O controle dos esgotamentos sanitários, porém, não teve um desenvolvimento

suficiente e a situação do suprimento de água também não foi resolvido a contento.

Criaram-se as companhias particulares de abastecimento de água. Estas companhias

utilizaram o processo de bombeamento e ampliaram os sistemas de abastecimento de água.

A primeira companhia (Companhia New River) foi fundada em Londres e, a partir da

resolução do problema de abastecimento, preocupou-se com a qualidade da água, já que

não havia nenhum tratamento, o que causava constantes epidemias (RESENDE; HELLER,

2002).

A Revolução Industrial, iniciada na Inglaterra no século XVIII (1760-1850), que

alastrou se pela Europa e Estados Unidos, foi caracterizada pelas transformações técnicas,

comerciais e agrícolas promovendo transformações profundas e revolucionárias na

sociedade.
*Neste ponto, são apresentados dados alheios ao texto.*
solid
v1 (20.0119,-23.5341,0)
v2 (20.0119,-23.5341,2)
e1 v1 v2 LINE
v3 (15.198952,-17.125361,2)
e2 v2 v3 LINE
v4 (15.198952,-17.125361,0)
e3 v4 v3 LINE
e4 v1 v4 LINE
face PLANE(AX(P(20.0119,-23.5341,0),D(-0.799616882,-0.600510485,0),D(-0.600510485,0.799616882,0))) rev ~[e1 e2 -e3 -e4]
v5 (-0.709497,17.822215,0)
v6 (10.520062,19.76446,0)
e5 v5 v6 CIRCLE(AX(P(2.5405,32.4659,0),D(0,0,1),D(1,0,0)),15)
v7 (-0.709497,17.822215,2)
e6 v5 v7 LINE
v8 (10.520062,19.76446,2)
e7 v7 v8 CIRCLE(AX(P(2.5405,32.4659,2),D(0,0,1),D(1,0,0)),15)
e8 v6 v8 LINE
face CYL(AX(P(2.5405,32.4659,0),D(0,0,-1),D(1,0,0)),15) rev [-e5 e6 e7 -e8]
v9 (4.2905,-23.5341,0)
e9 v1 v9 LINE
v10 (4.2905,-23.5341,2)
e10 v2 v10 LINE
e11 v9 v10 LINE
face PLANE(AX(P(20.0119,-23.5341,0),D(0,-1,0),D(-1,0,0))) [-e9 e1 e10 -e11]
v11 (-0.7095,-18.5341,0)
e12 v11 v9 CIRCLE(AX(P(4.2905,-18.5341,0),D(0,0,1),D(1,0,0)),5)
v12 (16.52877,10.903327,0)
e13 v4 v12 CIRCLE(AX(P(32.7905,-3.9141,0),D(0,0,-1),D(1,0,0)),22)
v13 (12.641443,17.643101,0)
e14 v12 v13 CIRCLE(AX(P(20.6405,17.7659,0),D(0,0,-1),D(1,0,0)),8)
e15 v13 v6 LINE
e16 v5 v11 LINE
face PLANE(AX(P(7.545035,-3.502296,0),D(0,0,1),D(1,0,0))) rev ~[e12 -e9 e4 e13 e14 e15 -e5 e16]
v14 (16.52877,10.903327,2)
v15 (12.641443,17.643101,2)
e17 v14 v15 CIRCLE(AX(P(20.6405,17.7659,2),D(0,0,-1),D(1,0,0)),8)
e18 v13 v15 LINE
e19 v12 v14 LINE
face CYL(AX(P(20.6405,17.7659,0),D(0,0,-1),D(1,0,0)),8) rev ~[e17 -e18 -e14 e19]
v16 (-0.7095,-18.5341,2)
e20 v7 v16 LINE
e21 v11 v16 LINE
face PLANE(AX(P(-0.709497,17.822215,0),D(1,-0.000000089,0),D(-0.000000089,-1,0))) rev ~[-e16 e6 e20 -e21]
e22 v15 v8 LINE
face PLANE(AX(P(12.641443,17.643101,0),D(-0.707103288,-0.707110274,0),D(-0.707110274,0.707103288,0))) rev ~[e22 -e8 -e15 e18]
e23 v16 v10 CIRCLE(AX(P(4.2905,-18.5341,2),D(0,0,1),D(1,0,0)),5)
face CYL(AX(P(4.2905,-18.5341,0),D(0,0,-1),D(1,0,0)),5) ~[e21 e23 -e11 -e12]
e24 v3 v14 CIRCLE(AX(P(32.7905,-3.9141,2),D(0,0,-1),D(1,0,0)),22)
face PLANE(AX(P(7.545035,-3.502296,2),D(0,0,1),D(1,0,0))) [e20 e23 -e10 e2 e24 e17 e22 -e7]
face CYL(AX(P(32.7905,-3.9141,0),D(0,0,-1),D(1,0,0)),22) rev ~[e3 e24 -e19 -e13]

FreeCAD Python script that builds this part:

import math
import FreeCAD as App
import Part
import Sketcher

V = App.Vector
Q = App.Units.Quantity

doc = App.newDocument("Part")
body = doc.addObject("PartDesign::Body", "Body")

# Sketch on XY plane
sketch1 = body.newObject("Sketcher::SketchObject", "Sketch")
sketch1.AttachmentSupport = (doc.getObject("XY_Plane"), [""])
sketch1.MapMode = "FlatFace"
sketch1.addGeometry(Part.LineSegment(V(20, -23.5, 0), V(15.2, -17.1, 0)), False)
sketch1.addGeometry(Part.ArcOfCircle(Part.Circle(V(32.8, -3.9, 0), V(0, 0, 1), 22), math.radians(138), math.radians(217)), False)
sketch1.addGeometry(Part.ArcOfCircle(Part.Circle(V(20.6, 17.8, 0), V(0, 0, 1), 8), math.radians(-179), math.radians(-121)), False)
sketch1.addGeometry(Part.LineSegment(V(12.6, 17.6, 0), V(10.5, 19.8, 0)), False)
sketch1.addGeometry(Part.ArcOfCircle(Part.Circle(V(2.5, 32.5, 0), V(0, 0, 1), 15), math.radians(-103), math.radians(-58)), False)
sketch1.addGeometry(Part.LineSegment(V(-0.7, 17.8, 0), V(-0.7, -18.5, 0)), False)
sketch1.addGeometry(Part.ArcOfCircle(Part.Circle(V(4.3, -18.5, 0), V(0, 0, 1), 5), math.radians(180), math.radians(270)), False)
sketch1.addGeometry(Part.LineSegment(V(4.3, -23.5, 0), V(20, -23.5, 0)), False)
sketch1.addConstraint(Sketcher.Constraint("Tangent", 0, 2, 1, 2))
sketch1.addConstraint(Sketcher.Constraint("Coincident", 1, 1, 2, 2))
sketch1.addConstraint(Sketcher.Constraint("Coincident", 2, 1, 3, 1))
sketch1.addConstraint(Sketcher.Constraint("Coincident", 3, 2, 4, 2))
sketch1.addConstraint(Sketcher.Constraint("Coincident", 4, 1, 5, 1))
sketch1.addConstraint(Sketcher.Constraint("Tangent", 5, 2, 6, 1))
sketch1.addConstraint(Sketcher.Constraint("Tangent", 6, 2, 7, 1))
sketch1.addConstraint(Sketcher.Constraint("Coincident", 7, 2, 0, 1))
sketch1.addConstraint(Sketcher.Constraint("Vertical", 5))
sketch1.addConstraint(Sketcher.Constraint("Horizontal", 7))
sketch1.addConstraint(Sketcher.Constraint("Radius", 1, Q("22 mm")))
sketch1.addConstraint(Sketcher.Constraint("Radius", 2, Q("8 mm")))
sketch1.addConstraint(Sketcher.Constraint("Radius", 4, Q("15 mm")))
sketch1.addConstraint(Sketcher.Constraint("Radius", 6, Q("5 mm")))
sketch1.addConstraint(Sketcher.Constraint("Angle", 3, Q("135 deg")))
sketch1.addConstraint(Sketcher.Constraint("Distance", 3, Q("3 mm")))
sketch1.addConstraint(Sketcher.Constraint("DistanceY", 6, 3, 4, 3, Q("51 mm")))
sketch1.addConstraint(Sketcher.Constraint("DistanceX", -1, 1, 1, 3, Q("32.7905 mm")))
sketch1.addConstraint(Sketcher.Constraint("DistanceX", -1, 1, 2, 1, Q("12.6414 mm")))
sketch1.addConstraint(Sketcher.Constraint("DistanceX", 4, 3, 2, 3, Q("18.1 mm")))
sketch1.addConstraint(Sketcher.Constraint("DistanceY", 2, 3, 4, 3, Q("14.7 mm")))
sketch1.addConstraint(Sketcher.Constraint("DistanceX", 6, 3, 1, 3, Q("28.5 mm")))
sketch1.addConstraint(Sketcher.Constraint("DistanceY", 1, 3, 2, 3, Q("21.68 mm")))
sketch1.addConstraint(Sketcher.Constraint("DistanceX", 7, 1, 7, 2, Q("15.7214 mm")))
sketch1.addConstraint(Sketcher.Constraint("DistanceY", 1, 3, -1, 1, Q("3.914 mm")))
pad1 = body.newObject("PartDesign::Pad", "Pad")
pad1.Profile = sketch1
pad1.Length = 2

doc.recompute()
Assinalou a passagem da sociedade rural para a sociedade industrial, a mudança

do trabalho artesanal para o trabalho assalariado, a utilização da energia a vapor no sistema

fabril em lugar da energia humana (ARRUDA, 1977).

As profundas alterações efetuadas no campo do trabalho refletiram no olhar sobre a

saúde destes trabalhadores que também era caracterizada por mão de obra infantil. O

mercado era cada vez mais exigente e necessitava de um controle maior sobre a qualidade

de vida desta população. Incentivaram-se os estudos baseados na mortalidade e expectativa

de vida, fundaram-se hospitais compatíveis com a nova realidade impulsionados pelas

preocupações de possíveis perdas econômicas (ARRUDA, 1977).
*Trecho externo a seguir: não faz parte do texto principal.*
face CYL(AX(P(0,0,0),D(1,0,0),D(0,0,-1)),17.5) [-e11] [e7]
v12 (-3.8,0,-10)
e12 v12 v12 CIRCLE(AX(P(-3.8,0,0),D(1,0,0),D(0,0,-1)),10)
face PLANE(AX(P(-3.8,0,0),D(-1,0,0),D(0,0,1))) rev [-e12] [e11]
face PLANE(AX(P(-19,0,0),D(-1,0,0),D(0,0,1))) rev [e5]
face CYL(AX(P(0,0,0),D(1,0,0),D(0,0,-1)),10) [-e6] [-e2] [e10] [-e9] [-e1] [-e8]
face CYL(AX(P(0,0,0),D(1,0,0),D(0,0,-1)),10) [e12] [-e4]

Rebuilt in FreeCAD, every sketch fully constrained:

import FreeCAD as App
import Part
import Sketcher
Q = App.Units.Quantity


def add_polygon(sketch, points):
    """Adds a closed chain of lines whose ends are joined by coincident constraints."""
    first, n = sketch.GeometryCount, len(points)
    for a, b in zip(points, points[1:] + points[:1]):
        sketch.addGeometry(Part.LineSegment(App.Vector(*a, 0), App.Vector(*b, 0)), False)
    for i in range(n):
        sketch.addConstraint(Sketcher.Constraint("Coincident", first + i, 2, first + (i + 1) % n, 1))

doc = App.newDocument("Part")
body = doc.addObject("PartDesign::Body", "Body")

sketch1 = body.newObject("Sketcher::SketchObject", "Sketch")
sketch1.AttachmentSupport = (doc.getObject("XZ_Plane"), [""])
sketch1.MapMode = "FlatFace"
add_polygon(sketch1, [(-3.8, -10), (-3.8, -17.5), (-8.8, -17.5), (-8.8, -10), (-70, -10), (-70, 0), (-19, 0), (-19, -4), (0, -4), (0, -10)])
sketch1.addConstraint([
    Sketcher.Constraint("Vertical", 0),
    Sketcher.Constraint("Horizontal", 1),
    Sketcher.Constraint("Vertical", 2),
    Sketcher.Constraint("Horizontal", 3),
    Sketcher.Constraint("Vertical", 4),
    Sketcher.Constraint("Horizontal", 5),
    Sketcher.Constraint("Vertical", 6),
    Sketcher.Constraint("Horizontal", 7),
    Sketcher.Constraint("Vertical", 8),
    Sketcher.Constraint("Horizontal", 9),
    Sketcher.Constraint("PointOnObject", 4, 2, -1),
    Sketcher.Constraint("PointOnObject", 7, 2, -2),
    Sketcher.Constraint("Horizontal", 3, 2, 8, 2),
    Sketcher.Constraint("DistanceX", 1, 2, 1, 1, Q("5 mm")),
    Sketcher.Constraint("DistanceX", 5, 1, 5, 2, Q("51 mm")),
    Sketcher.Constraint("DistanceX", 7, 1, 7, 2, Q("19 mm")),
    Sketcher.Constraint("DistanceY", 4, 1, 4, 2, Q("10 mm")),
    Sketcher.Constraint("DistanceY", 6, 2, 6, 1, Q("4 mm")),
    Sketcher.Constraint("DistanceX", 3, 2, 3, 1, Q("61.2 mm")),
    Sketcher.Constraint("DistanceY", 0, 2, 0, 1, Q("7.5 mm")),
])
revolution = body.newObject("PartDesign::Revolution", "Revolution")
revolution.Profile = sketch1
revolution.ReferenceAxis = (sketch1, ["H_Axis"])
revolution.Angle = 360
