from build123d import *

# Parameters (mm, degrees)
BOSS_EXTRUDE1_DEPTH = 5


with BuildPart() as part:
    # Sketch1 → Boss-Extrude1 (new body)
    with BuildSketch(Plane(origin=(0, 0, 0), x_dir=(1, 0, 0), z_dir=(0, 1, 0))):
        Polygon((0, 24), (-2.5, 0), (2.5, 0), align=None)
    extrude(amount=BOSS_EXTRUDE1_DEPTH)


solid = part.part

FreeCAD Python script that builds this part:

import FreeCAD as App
import Part
import Sketcher
from FreeCAD import Vector
Q = App.Units.Quantity


def add_polygon(sketch, points):
    """Adds a closed chain of lines whose ends are joined by coincident constraints."""
    first, n = sketch.GeometryCount, len(points)
    for a, b in zip(points, points[1:] + points[:1]):
        sketch.addGeometry(Part.LineSegment(App.Vector(*a, 0), App.Vector(*b, 0)), False)
    for i in range(n):
        sketch.addConstraint(Sketcher.Constraint("Coincident", first + i, 2, first + (i + 1) % n, 1))

doc = App.newDocument("Part")
body = doc.addObject("PartDesign::Body", "Body")

# Sketch on XZ plane
sketch1 = doc.addObject("Sketcher::SketchObject", "Sketch")
body.addObject(sketch1)
sketch1.AttachmentSupport = (doc.XZ_Plane, [""])
sketch1.MapMode = "FlatFace"
add_polygon(sketch1, [(0, -24), (-2, 0), (2, 0)])  # lines 0-2
sketch1.addConstraint(Sketcher.Constraint("Horizontal", 1))
sketch1.addConstraint(Sketcher.Constraint("Symmetric", 0, 2, 1, 2, -1, 1))
sketch1.addConstraint(Sketcher.Constraint("PointOnObject", 2, 2, -2))
sketch1.addConstraint(Sketcher.Constraint("DistanceX", 1, 1, 1, 2, Q("5 mm")))
sketch1.addConstraint(Sketcher.Constraint("DistanceY", 2, 2, -1, 1, Q("24 mm")))
pad1 = doc.addObject("PartDesign::Pad", "Pad")
body.addObject(pad1)
pad1.Profile = sketch1
pad1.Length = 5
pad1.Reversed = True

doc.recompute()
Neste contexto, para aumentar os lucros, os operários eram submetidos a um

acentuado processo de exploração, danificando irremediavelmente sua saúde. Engels, no

texto “As condições da classe trabalhadora na Inglaterra em 1844”, demonstrou pela

primeira vez a relação entre saúde e política, considerado o primeiro estudo analítico sobre

Epidemiologia (RESENDE; HELLER, 2002).

Porém, apesar do crescimento econômico a população continuava em situação

precária relacionados à pobreza e ausência de saneamento. Isto acarretou a disseminação de

epidemias despertando na sociedade a consciência da relação entre o aglomerado de

fábricas, moradias e falta de saneamento adequado (ARRUDA, 1977).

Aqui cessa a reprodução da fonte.